The third consideration is cost. This can be measured in terms of interest rates and shares of ownership as well as in time, paperwork and plain old hassle.
How Will You Use Your Plan
Believe it or not, part of planning your plan is planning what you’ll do with it. No, we haven’t gone crazy – at least not yet. A business plan can be used for several things, from monitoring your company’s progress toward goals to enticing key employees to join your firm. Deciding how you intend to use yours is an important part of preparing to write it.
Do you intend to use your plan to help you raise money? In that case, you’ll have to focus very carefully on the executive summary, the management, and marketing and financial aspects. You’ll need to have a clearly focused vision of how your company is going to make money. If you’re looking for a bank loan, you’ll need to stress your ability to generate sufficient cash flow to service loans. Equity investors, especially venture capitalists, must be shown how they can cash out of your company and generate a rate of return they’ll find acceptable.
Do you intend to use your plan to attract talented employees? Then you’ll want to emphasize such things as stock options and other aspects of compensation as well as location, work environment, corporate culture and opportunities for growth and advancement.
Do you anticipate showing your plan to suppliers to demonstrate that you’re a worthy customer? A solid business plan may convince a supplier of some precious commodity to favor you over your rivals. It may also help you arrange supplier credit. You may want to stress your blue-ribbon customer list and spotless record of repaying trade debts in this plan.
Assessing Your Company’s Potential
For most of us, unfortunately, our desires about where we would like to go aren’t as important as our businesses’ ability to take us there. Put another way, if you choose the wrong business, you’re going nowhere.
Luckily, one of the most valuable uses of a business plan is to help you decide whether the venture you have your heart set on is really likely to fulfill your dreams. Many, many business ideas never make it past the planning stage because their would-be founders, as part of a logical and coherent planning process, test their assumptions and find them wanting.
Test your idea against at least two variables. First, financial, to make sure this business makes economic sense. Second, lifestyle, because who wants a successful business that they hate?
Answer the following questions to help you outline your company’s potential. There are no wrong answers.

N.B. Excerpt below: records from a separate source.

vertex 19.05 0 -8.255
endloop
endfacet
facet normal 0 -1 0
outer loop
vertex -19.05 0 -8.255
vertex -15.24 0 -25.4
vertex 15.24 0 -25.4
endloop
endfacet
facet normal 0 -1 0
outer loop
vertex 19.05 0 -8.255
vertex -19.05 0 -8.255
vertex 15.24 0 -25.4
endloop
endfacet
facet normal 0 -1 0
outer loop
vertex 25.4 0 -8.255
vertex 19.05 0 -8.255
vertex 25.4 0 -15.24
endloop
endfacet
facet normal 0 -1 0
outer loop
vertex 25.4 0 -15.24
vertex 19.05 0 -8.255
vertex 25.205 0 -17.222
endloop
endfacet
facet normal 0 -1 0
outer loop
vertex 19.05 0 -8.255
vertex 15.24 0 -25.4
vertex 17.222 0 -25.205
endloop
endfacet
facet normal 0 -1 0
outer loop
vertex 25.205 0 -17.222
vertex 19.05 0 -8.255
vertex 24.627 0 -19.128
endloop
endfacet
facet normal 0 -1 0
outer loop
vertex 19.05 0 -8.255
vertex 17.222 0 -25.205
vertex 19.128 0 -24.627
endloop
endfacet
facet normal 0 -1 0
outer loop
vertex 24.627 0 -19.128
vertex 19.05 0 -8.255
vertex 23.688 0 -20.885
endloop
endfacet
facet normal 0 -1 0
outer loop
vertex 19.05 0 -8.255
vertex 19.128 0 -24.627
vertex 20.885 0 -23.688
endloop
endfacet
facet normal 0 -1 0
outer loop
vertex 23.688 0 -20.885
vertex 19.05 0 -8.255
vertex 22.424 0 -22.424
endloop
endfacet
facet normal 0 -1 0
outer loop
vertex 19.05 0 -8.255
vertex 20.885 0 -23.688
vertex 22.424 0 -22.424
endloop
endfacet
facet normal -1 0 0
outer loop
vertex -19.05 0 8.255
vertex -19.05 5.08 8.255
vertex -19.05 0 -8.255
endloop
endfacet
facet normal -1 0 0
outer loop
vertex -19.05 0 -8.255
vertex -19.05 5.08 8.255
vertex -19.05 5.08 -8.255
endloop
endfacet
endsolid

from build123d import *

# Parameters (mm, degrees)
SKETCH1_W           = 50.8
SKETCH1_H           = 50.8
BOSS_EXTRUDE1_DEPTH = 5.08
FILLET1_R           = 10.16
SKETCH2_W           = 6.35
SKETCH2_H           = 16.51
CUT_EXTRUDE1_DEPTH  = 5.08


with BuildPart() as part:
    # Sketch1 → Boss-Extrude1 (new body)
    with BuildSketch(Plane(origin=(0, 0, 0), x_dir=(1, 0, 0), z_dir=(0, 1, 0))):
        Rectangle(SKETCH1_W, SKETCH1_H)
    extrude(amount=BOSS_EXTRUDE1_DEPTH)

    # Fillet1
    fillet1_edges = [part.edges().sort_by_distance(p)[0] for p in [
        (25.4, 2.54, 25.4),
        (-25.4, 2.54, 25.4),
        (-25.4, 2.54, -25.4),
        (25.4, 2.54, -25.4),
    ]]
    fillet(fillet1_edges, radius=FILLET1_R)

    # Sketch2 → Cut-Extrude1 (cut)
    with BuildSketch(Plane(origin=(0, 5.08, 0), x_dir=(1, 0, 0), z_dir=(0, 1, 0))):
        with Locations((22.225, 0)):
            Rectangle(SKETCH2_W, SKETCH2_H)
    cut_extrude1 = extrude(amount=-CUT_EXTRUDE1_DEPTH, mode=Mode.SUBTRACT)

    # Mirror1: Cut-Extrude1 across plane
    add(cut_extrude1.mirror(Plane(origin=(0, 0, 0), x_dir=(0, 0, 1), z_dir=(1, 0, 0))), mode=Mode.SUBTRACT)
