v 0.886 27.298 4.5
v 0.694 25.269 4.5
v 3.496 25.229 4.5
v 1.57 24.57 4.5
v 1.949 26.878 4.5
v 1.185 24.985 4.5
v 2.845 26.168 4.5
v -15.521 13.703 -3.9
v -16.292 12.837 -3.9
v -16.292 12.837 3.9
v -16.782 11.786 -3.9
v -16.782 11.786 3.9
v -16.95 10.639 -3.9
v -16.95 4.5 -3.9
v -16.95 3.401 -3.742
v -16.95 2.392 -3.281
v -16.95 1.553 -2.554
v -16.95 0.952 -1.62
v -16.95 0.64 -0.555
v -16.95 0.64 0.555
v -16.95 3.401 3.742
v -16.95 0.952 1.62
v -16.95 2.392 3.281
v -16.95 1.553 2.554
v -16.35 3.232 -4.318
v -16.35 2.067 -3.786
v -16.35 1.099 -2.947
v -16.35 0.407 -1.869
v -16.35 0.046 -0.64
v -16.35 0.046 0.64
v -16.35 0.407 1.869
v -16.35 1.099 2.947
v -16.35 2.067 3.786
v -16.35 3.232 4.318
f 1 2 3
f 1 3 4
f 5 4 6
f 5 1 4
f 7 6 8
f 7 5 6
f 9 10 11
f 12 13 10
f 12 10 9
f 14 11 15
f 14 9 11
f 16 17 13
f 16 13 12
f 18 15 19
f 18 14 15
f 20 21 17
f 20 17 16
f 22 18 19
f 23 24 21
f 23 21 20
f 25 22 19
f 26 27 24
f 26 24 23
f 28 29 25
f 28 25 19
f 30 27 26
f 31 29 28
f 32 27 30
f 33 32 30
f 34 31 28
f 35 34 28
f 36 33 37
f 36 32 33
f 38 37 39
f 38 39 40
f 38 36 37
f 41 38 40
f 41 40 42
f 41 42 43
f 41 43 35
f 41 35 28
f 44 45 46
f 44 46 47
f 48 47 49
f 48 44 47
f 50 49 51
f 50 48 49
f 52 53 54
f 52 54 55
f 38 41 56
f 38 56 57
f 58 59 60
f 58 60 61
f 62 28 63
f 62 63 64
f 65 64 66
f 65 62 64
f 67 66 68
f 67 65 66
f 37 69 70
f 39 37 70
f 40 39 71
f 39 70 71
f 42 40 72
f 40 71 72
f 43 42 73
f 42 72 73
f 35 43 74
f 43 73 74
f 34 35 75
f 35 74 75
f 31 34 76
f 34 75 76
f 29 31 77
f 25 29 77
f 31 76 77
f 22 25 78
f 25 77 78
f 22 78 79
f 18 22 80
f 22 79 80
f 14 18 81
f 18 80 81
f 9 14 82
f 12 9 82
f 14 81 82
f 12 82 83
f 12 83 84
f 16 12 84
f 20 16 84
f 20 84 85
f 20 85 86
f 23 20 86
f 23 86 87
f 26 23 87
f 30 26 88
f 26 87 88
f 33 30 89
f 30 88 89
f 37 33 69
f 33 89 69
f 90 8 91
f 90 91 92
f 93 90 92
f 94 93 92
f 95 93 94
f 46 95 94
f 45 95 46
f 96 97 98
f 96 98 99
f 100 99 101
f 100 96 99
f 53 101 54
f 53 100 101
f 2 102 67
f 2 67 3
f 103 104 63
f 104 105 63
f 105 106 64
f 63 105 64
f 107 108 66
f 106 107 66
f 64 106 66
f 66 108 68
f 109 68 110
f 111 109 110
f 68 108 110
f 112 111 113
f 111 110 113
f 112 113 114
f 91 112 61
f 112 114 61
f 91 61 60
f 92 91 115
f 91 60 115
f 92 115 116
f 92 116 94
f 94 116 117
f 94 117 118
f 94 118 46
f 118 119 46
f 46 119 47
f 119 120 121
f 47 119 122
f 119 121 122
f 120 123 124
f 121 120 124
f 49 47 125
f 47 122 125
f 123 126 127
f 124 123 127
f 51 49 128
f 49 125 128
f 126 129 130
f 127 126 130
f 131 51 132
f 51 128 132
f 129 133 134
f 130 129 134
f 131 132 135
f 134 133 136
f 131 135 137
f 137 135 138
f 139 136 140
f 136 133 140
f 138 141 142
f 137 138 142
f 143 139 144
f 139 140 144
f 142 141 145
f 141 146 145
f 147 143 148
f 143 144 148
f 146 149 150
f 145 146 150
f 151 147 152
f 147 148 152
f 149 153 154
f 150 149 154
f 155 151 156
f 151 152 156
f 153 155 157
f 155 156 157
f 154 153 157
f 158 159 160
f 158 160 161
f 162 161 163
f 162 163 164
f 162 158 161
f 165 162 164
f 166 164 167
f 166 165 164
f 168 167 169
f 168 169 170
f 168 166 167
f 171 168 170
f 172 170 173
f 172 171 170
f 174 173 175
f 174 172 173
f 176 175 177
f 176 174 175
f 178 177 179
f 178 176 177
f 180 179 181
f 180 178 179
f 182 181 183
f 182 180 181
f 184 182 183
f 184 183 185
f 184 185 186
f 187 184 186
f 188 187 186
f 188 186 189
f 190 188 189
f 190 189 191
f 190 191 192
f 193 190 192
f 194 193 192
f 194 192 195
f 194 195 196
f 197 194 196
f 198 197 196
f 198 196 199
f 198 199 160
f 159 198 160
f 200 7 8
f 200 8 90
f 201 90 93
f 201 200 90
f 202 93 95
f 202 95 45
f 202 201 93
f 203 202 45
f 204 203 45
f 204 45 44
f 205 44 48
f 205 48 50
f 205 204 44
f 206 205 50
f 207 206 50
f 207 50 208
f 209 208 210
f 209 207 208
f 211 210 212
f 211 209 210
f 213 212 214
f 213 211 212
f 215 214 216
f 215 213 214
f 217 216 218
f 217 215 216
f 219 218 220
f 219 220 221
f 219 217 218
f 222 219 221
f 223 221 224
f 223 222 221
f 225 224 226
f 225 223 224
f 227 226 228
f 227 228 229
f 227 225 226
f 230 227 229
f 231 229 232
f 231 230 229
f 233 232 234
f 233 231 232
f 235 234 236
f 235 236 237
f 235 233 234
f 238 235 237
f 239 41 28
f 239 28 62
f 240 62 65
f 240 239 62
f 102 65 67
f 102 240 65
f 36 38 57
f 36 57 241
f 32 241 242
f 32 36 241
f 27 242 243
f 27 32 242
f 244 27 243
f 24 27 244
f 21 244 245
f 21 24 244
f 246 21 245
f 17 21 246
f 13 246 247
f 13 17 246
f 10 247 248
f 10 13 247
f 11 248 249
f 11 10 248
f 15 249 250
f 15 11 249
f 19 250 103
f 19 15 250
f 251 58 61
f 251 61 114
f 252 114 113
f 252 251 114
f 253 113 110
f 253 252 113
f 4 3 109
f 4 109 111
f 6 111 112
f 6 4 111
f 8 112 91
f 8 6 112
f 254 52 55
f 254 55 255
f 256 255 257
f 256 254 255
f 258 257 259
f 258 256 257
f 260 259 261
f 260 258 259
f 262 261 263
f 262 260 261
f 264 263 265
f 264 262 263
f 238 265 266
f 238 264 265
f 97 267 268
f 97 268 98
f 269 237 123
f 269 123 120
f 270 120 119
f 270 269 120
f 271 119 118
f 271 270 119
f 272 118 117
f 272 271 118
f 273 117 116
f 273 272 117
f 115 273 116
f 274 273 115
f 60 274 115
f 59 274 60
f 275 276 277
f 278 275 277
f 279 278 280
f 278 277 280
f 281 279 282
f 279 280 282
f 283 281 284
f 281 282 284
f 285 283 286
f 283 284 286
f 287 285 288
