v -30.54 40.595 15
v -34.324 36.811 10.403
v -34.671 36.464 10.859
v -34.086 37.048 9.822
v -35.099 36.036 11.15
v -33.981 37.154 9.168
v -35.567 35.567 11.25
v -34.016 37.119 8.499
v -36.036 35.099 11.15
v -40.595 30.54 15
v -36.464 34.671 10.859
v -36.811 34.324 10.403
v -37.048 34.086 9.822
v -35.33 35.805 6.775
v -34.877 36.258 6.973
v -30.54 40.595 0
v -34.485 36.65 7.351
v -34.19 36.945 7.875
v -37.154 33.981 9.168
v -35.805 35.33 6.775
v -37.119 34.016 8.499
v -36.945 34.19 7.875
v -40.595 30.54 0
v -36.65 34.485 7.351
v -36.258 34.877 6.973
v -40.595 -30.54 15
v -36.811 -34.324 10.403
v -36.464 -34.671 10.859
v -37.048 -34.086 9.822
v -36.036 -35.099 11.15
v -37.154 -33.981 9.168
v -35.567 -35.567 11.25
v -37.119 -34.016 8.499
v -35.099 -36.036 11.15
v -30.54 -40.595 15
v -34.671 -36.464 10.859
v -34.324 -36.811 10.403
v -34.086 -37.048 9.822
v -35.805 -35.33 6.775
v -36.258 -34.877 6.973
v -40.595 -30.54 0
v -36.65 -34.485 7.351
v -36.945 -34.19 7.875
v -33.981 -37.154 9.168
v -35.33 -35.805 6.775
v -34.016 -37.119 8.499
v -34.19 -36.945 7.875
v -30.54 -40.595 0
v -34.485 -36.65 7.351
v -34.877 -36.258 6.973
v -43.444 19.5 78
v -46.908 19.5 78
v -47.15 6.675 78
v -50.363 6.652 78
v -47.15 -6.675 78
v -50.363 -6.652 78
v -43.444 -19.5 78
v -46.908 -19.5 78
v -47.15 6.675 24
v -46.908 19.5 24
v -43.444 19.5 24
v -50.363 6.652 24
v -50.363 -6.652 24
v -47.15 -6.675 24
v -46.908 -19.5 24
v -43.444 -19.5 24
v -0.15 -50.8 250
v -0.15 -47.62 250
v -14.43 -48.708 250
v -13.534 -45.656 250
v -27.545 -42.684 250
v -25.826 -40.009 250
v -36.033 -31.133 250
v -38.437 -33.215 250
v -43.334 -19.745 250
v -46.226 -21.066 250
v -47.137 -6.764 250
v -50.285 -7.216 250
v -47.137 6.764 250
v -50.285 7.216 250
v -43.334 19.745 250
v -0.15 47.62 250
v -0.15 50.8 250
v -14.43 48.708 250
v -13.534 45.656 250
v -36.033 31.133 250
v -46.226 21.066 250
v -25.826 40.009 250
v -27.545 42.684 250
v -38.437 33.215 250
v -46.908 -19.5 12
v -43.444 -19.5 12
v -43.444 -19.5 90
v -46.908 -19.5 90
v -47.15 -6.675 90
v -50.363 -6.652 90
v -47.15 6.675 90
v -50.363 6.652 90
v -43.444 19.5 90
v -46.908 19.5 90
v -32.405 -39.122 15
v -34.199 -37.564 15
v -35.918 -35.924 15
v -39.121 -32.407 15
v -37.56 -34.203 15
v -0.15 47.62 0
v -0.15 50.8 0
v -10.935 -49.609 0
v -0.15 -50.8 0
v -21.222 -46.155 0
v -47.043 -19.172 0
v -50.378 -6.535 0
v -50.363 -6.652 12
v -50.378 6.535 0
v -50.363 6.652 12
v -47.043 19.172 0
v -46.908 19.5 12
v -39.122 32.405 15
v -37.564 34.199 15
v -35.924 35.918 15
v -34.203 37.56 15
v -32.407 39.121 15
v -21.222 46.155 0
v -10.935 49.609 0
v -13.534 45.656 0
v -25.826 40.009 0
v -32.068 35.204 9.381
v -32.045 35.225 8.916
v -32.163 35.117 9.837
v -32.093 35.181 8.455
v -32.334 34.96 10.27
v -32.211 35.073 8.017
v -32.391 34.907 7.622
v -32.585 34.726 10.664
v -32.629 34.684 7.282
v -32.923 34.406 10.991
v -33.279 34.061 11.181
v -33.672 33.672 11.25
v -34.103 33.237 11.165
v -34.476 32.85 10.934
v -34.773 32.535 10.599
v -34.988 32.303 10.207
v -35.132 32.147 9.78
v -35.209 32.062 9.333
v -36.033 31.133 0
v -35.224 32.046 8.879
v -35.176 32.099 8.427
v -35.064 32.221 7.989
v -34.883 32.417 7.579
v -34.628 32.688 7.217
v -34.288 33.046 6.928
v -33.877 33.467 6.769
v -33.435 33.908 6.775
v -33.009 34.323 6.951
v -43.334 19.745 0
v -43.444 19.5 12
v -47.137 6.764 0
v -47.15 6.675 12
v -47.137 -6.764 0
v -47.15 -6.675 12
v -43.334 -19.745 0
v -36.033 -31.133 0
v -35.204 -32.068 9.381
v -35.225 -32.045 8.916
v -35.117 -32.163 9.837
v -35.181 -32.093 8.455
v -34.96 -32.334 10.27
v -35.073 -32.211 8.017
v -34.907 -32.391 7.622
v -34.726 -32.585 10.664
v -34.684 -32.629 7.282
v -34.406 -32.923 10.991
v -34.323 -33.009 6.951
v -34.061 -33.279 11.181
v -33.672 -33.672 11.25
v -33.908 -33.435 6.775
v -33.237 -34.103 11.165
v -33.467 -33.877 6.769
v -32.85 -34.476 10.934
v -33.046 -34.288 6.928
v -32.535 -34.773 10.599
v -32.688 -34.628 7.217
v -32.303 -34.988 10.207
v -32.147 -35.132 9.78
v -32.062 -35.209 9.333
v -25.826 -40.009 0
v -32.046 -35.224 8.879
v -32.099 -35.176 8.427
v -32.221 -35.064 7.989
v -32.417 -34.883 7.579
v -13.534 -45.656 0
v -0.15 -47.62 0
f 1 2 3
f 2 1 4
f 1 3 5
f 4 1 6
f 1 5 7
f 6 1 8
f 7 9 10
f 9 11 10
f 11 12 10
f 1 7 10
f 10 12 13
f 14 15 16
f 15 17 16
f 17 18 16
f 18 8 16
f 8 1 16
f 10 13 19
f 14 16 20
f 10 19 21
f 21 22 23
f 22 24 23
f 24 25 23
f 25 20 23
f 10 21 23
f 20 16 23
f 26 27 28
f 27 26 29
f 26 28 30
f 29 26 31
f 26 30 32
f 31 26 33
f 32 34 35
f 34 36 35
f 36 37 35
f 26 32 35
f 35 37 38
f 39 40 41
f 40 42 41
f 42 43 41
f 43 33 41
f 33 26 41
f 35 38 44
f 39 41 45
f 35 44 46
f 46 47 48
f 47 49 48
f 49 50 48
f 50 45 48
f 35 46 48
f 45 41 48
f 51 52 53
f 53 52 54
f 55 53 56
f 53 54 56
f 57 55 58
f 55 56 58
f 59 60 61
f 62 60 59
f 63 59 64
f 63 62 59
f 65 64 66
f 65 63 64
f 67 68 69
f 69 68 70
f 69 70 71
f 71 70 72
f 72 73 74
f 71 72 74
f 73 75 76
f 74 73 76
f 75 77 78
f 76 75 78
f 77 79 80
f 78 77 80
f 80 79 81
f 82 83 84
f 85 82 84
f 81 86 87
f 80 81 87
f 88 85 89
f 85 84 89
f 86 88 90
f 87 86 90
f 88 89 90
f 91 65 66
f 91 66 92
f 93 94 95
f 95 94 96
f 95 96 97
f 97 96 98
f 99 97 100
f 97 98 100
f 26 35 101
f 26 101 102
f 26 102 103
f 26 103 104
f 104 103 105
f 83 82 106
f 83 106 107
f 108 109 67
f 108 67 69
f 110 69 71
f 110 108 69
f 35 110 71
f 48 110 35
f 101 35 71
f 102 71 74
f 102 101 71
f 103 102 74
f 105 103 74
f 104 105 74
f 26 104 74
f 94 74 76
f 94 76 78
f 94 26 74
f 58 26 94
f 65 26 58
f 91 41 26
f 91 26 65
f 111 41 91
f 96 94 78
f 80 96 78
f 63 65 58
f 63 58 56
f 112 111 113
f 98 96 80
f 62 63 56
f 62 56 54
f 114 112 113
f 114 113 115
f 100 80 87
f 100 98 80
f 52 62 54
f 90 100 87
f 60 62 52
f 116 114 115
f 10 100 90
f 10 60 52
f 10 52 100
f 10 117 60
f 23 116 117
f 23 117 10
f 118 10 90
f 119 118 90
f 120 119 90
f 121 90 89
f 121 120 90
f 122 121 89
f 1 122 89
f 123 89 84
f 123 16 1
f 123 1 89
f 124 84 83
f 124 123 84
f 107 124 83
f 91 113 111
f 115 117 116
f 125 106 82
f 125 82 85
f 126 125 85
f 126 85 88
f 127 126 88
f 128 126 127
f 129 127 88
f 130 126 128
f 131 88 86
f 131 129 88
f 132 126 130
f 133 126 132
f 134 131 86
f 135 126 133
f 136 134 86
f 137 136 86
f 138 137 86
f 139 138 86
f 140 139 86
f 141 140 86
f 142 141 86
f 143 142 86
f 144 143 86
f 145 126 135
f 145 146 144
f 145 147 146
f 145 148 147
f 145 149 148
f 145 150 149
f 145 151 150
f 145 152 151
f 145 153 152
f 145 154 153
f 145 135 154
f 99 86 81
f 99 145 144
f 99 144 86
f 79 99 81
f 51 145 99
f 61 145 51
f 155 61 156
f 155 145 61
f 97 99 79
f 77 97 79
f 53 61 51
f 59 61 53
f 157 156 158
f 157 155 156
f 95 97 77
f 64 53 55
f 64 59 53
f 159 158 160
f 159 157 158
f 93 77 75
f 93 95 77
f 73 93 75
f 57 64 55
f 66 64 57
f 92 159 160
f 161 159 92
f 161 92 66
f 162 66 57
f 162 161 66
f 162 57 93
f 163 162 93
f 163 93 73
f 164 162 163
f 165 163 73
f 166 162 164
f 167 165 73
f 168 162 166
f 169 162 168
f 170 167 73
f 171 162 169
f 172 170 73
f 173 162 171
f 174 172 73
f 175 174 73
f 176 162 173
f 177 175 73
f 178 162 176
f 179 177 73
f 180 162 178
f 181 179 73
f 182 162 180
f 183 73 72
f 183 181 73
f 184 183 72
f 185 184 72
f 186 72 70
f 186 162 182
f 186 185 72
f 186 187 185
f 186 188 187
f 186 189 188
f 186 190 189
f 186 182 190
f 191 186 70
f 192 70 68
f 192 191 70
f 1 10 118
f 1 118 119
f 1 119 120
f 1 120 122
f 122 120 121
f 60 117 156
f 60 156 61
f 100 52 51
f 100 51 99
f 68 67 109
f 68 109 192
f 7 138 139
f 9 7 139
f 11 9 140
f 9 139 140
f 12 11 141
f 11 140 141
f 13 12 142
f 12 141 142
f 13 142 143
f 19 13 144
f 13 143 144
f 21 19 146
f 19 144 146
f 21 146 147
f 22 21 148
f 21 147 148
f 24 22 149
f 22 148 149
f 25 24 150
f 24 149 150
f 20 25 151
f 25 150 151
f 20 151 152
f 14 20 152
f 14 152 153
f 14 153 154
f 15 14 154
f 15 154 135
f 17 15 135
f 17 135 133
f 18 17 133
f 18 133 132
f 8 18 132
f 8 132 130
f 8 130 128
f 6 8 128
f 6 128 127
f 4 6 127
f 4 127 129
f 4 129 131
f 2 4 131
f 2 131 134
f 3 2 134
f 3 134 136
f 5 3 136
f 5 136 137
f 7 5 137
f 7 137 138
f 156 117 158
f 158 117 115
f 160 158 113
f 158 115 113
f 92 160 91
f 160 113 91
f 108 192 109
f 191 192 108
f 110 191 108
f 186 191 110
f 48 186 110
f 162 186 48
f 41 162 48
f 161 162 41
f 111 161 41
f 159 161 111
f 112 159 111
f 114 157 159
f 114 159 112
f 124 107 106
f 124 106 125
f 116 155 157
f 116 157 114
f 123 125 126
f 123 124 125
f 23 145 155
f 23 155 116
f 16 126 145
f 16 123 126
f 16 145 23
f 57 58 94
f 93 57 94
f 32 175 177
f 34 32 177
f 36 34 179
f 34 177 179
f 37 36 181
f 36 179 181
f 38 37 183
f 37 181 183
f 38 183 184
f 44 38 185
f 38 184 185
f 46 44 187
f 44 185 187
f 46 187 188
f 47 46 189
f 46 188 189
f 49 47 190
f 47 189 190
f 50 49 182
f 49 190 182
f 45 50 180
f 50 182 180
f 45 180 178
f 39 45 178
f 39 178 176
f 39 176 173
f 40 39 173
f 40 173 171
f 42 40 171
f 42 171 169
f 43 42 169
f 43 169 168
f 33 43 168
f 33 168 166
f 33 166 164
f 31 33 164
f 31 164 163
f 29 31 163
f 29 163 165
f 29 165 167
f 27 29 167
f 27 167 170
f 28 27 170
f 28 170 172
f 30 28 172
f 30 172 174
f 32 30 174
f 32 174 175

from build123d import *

# Parameters (mm, degrees)
BOSS_EXTRUDE1_DEPTH      = 250
M4_CLEARANCE_HOLE1_D     = 4.5
M4_CLEARANCE_HOLE1_DEPTH = 15
M4_CLEARANCE_HOLE1_TIP   = 1.351936393
M4_CLEARANCE_HOLE2_D     = 4.5
M4_CLEARANCE_HOLE2_DEPTH = 15
M4_CLEARANCE_HOLE2_TIP   = 1.351936393
SKETCH9_W                = 12
SKETCH9_H                = 39
CUT_EXTRUDE1_DEPTH       = 10
CUT_EXTRUDE2_DEPTH       = 15
CIRPATTERN1_COUNT        = 2
CIRPATTERN1_ANGLE        = 270
CUT_EXTRUDE4_DEPTH       = 261.117819555


with BuildPart() as part:
    # Sketch1 → Boss-Extrude1 (new body)
    with BuildSketch(Plane.XY):
        with BuildLine():
            Line((0, 50.8), (0, 47.62))
            ThreePointArc((0, 47.62), (-47.62, 0), (0, -47.62))
            Line((0, -47.62), (0, -50.8))
            ThreePointArc((0, -50.8), (-50.8, 0), (0, 50.8))
        make_face()
    extrude(amount=BOSS_EXTRUDE1_DEPTH)

    # M4 Clearance Hole1
    with Locations(Plane(origin=(-35.921024484, 35.921024484, 0), x_dir=(0, 0, -1), z_dir=(-0.707106781186549, 0.7071067811865461, 0))):
        with Locations((-9, 0)):
            Hole(M4_CLEARANCE_HOLE1_D / 2, depth=M4_CLEARANCE_HOLE1_DEPTH)
            with Locations((0, 0, -(M4_CLEARANCE_HOLE1_DEPTH + M4_CLEARANCE_HOLE1_TIP / 2))):  # 118° drill point
                Cone(0, M4_CLEARANCE_HOLE1_D / 2, M4_CLEARANCE_HOLE1_TIP, mode=Mode.SUBTRACT)

    # M4 Clearance Hole2
    with Locations(Plane(origin=(-35.921024484, -35.921024484, 0), x_dir=(0, 0, -1), z_dir=(-0.7071067811865588, -0.7071067811865362, 0))):
        with Locations((-9, 0)):
            Hole(M4_CLEARANCE_HOLE2_D / 2, depth=M4_CLEARANCE_HOLE2_DEPTH)
            with Locations((0, 0, -(M4_CLEARANCE_HOLE2_DEPTH + M4_CLEARANCE_HOLE2_TIP / 2))):  # 118° drill point
                Cone(0, M4_CLEARANCE_HOLE2_D / 2, M4_CLEARANCE_HOLE2_TIP, mode=Mode.SUBTRACT)

    # Sketch9 → Cut-Extrude1 (cut)
    with BuildSketch(Plane.ZY.offset(50.8)):
        with Locations((84, 0)):
            Rectangle(SKETCH9_W, SKETCH9_H)
        with Locations((18, 0)):
            Rectangle(SKETCH9_W, SKETCH9_H)
    extrude(amount=-CUT_EXTRUDE1_DEPTH, mode=Mode.SUBTRACT)

    # Sketch14 → Cut-Extrude2 (cut)
    with BuildSketch(Plane(origin=(0, 0, 0), x_dir=(-1, 0, 0), z_dir=(0, 0, -1))):
        with BuildLine():
            ThreePointArc((40.594896689, 30.540045233), (35.921024484, 35.921024484), (30.540045233, 40.594896689))
            Line((30.540045233, 40.594896689), (40.594896689, 30.540045233))
        make_face()
    cut_extrude2 = extrude(amount=-CUT_EXTRUDE2_DEPTH, mode=Mode.SUBTRACT)

    # CirPattern1: Cut-Extrude2 ×2 about axis
    cirpattern1_axis = Axis((0, 0, 250), (0, 0, -1))
    for i in range(1, CIRPATTERN1_COUNT):
        add(cut_extrude2.rotate(cirpattern1_axis, i * CIRPATTERN1_ANGLE / (CIRPATTERN1_COUNT - 1)), mode=Mode.SUBTRACT)

    # Sketch15 → Cut-Extrude4 (cut, through all)
    with BuildSketch(Plane(origin=(0, 0, 0), x_dir=(-1, 0, 0), z_dir=(0, 0, -1))):
        Polygon((0, 50.8), (0.15, 50.8), (0.15, -50.799778543), (0.15, -50.826071735), (0, -50.826071735), (0, -50.799778543), align=None)
    extrude(amount=-CUT_EXTRUDE4_DEPTH, mode=Mode.SUBTRACT)


solid = part.part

The objective is simply to help you decide how well your proposed venture is likely to match up with your goals and objectives.
What initial investment will the business require?
How much control are you willing to relinquish to investors?
When will the business turn a profit?
When can investors, including you, expect a return on their money?
What are the projected profits of the business over time?
Will you be able to devote yourself full time to the business, financially?
What kind of salary or profit distribution can you expect to take home?
What are the chances the business will fail?
What will happen if it does?
Where are you going to live?
What kind of work are you going to be doing?
How many hours will you be working?
Will you be able to take vacations?
What happens if you get sick?
Will you earn enough to maintain your lifestyle?
Does your family understand and agree with the sacrifices you envision?